⟨

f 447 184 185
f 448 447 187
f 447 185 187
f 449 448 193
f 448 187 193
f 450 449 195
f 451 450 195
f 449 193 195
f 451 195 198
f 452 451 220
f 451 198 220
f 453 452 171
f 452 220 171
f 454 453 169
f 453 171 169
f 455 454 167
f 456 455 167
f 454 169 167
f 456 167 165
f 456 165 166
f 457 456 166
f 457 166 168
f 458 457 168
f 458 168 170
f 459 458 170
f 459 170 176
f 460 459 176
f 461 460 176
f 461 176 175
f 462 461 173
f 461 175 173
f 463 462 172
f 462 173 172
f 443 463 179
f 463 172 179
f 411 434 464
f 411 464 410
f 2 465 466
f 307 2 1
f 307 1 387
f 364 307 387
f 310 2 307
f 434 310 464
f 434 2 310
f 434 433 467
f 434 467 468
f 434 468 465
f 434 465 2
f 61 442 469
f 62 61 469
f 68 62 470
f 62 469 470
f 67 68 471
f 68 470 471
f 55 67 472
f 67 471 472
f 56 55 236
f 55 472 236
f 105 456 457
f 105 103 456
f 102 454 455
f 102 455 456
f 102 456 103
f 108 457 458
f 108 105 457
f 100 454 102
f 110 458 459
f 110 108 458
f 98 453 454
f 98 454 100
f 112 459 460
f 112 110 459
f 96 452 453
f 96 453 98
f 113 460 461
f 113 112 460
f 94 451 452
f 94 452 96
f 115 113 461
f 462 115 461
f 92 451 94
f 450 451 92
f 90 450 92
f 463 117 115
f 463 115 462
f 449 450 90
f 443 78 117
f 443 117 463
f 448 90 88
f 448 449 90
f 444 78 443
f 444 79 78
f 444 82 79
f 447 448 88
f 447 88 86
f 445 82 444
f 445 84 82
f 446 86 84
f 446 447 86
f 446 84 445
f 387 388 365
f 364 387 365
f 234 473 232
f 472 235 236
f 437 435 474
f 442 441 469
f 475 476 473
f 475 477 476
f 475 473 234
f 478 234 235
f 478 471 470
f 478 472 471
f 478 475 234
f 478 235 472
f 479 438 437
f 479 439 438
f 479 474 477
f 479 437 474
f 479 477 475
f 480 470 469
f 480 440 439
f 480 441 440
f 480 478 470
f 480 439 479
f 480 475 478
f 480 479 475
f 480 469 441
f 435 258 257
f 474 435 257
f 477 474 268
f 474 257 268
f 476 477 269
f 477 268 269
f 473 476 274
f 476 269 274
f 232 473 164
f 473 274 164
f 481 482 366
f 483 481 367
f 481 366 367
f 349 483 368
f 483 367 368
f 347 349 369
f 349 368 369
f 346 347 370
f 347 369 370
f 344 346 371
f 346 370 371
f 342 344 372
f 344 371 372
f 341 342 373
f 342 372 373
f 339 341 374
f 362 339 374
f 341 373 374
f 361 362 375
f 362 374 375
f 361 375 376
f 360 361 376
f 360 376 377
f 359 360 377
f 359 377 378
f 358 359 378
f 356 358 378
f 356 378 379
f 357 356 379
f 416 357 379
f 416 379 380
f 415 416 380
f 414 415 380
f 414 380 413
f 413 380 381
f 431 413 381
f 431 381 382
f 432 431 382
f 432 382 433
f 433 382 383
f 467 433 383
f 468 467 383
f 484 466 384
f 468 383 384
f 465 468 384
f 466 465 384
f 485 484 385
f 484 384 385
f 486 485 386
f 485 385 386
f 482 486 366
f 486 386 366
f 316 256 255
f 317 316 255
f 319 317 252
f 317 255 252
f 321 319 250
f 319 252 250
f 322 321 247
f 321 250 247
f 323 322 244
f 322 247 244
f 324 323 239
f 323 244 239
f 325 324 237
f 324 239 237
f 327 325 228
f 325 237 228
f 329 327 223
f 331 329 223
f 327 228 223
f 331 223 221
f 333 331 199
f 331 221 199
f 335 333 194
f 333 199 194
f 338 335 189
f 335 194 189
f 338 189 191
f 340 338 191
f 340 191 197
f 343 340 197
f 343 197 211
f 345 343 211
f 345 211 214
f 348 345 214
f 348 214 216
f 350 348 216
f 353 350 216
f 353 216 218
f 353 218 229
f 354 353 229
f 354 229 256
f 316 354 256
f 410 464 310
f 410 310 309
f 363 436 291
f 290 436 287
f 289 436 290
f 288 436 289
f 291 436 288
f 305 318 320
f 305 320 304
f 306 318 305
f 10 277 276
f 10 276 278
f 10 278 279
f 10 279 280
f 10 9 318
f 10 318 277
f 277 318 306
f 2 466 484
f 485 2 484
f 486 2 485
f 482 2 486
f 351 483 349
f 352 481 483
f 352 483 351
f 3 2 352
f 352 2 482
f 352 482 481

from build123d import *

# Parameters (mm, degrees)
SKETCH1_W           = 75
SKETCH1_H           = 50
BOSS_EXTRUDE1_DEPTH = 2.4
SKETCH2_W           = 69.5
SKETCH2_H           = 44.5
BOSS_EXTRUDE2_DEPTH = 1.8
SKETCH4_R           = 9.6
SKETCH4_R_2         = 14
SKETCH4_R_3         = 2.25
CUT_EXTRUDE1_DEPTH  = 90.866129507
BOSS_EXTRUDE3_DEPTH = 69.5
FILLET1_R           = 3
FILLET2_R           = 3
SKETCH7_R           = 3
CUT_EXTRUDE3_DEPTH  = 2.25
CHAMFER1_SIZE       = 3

⟩

Reproduce the records above in full and with exact wording.

◆ **RESULT OF THIS EXERCISE**:
f 447 184 185
f 448 447 187
f 447 185 187
f 449 448 193
f 448 187 193
f 450 449 195
f 451 450 195
f 449 193 195
f 451 195 198
f 452 451 220
f 451 198 220
f 453 452 171
f 452 220 171
f 454 453 169
f 453 171 169
f 455 454 167
f 456 455 167
f 454 169 167
f 456 167 165
f 456 165 166
f 457 456 166
f 457 166 168
f 458 457 168
f 458 168 170
f 459 458 170
f 459 170 176
f 460 459 176
f 461 460 176
f 461 176 175
f 462 461 173
f 461 175 173
f 463 462 172
f 462 173 172
f 443 463 179
f 463 172 179
f 411 434 464
f 411 464 410
f 2 465 466
f 307 2 1
f 307 1 387
f 364 307 387
f 310 2 307
f 434 310 464
f 434 2 310
f 434 433 467
f 434 467 468
f 434 468 465
f 434 465 2
f 61 442 469
f 62 61 469
f 68 62 470
f 62 469 470
f 67 68 471
f 68 470 471
f 55 67 472
f 67 471 472
f 56 55 236
f 55 472 236
f 105 456 457
f 105 103 456
f 102 454 455
f 102 455 456
f 102 456 103
f 108 457 458
f 108 105 457
f 100 454 102
f 110 458 459
f 110 108 458
f 98 453 454
f 98 454 100
f 112 459 460
f 112 110 459
f 96 452 453
f 96 453 98
f 113 460 461
f 113 112 460
f 94 451 452
f 94 452 96
f 115 113 461
f 462 115 461
f 92 451 94
f 450 451 92
f 90 450 92
f 463 117 115
f 463 115 462
f 449 450 90
f 443 78 117
f 443 117 463
f 448 90 88
f 448 449 90
f 444 78 443
f 444 79 78
f 444 82 79
f 447 448 88
f 447 88 86
f 445 82 444
f 445 84 82
f 446 86 84
f 446 447 86
f 446 84 445
f 387 388 365
f 364 387 365
f 234 473 232
f 472 235 236
f 437 435 474
f 442 441 469
f 475 476 473
f 475 477 476
f 475 473 234
f 478 234 235
f 478 471 470
f 478 472 471
f 478 475 234
f 478 235 472
f 479 438 437
f 479 439 438
f 479 474 477
f 479 437 474
f 479 477 475
f 480 470 469
f 480 440 439
f 480 441 440
f 480 478 470
f 480 439 479
f 480 475 478
f 480 479 475
f 480 469 441
f 435 258 257
f 474 435 257
f 477 474 268
f 474 257 268
f 476 477 269
f 477 268 269
f 473 476 274
f 476 269 274
f 232 473 164
f 473 274 164
f 481 482 366
f 483 481 367
f 481 366 367
f 349 483 368
f 483 367 368
f 347 349 369
f 349 368 369
f 346 347 370
f 347 369 370
f 344 346 371
f 346 370 371
f 342 344 372
f 344 371 372
f 341 342 373
f 342 372 373
f 339 341 374
f 362 339 374
f 341 373 374
f 361 362 375
f 362 374 375
f 361 375 376
f 360 361 376
f 360 376 377
f 359 360 377
f 359 377 378
f 358 359 378
f 356 358 378
f 356 378 379
f 357 356 379
f 416 357 379
f 416 379 380
f 415 416 380
f 414 415 380
f 414 380 413
f 413 380 381
f 431 413 381
f 431 381 382
f 432 431 382
f 432 382 433
f 433 382 383
f 467 433 383
f 468 467 383
f 484 466 384
f 468 383 384
f 465 468 384
f 466 465 384
f 485 484 385
f 484 384 385
f 486 485 386
f 485 385 386
f 482 486 366
f 486 386 366
f 316 256 255
f 317 316 255
f 319 317 252
f 317 255 252
f 321 319 250
f 319 252 250
f 322 321 247
f 321 250 247
f 323 322 244
f 322 247 244
f 324 323 239
f 323 244 239
f 325 324 237
f 324 239 237
f 327 325 228
f 325 237 228
f 329 327 223
f 331 329 223
f 327 228 223
f 331 223 221
f 333 331 199
f 331 221 199
f 335 333 194
f 333 199 194
f 338 335 189
f 335 194 189
f 338 189 191
f 340 338 191
f 340 191 197
f 343 340 197
f 343 197 211
f 345 343 211
f 345 211 214
f 348 345 214
f 348 214 216
f 350 348 216
f 353 350 216
f 353 216 218
f 353 218 229
f 354 353 229
f 354 229 256
f 316 354 256
f 410 464 310
f 410 310 309
f 363 436 291
f 290 436 287
f 289 436 290
f 288 436 289
f 291 436 288
f 305 318 320
f 305 320 304
f 306 318 305
f 10 277 276
f 10 276 278
f 10 278 279
f 10 279 280
f 10 9 318
f 10 318 277
f 277 318 306
f 2 466 484
f 485 2 484
f 486 2 485
f 482 2 486
f 351 483 349
f 352 481 483
f 352 483 351
f 3 2 352
f 352 2 482
f 352 482 481

from build123d import *

# Parameters (mm, degrees)
SKETCH1_W           = 75
SKETCH1_H           = 50
BOSS_EXTRUDE1_DEPTH = 2.4
SKETCH2_W           = 69.5
SKETCH2_H           = 44.5
BOSS_EXTRUDE2_DEPTH = 1.8
SKETCH4_R           = 9.6
SKETCH4_R_2         = 14
SKETCH4_R_3         = 2.25
CUT_EXTRUDE1_DEPTH  = 90.866129507
BOSS_EXTRUDE3_DEPTH = 69.5
FILLET1_R           = 3
FILLET2_R           = 3
SKETCH7_R           = 3
CUT_EXTRUDE3_DEPTH  = 2.25
CHAMFER1_SIZE       = 3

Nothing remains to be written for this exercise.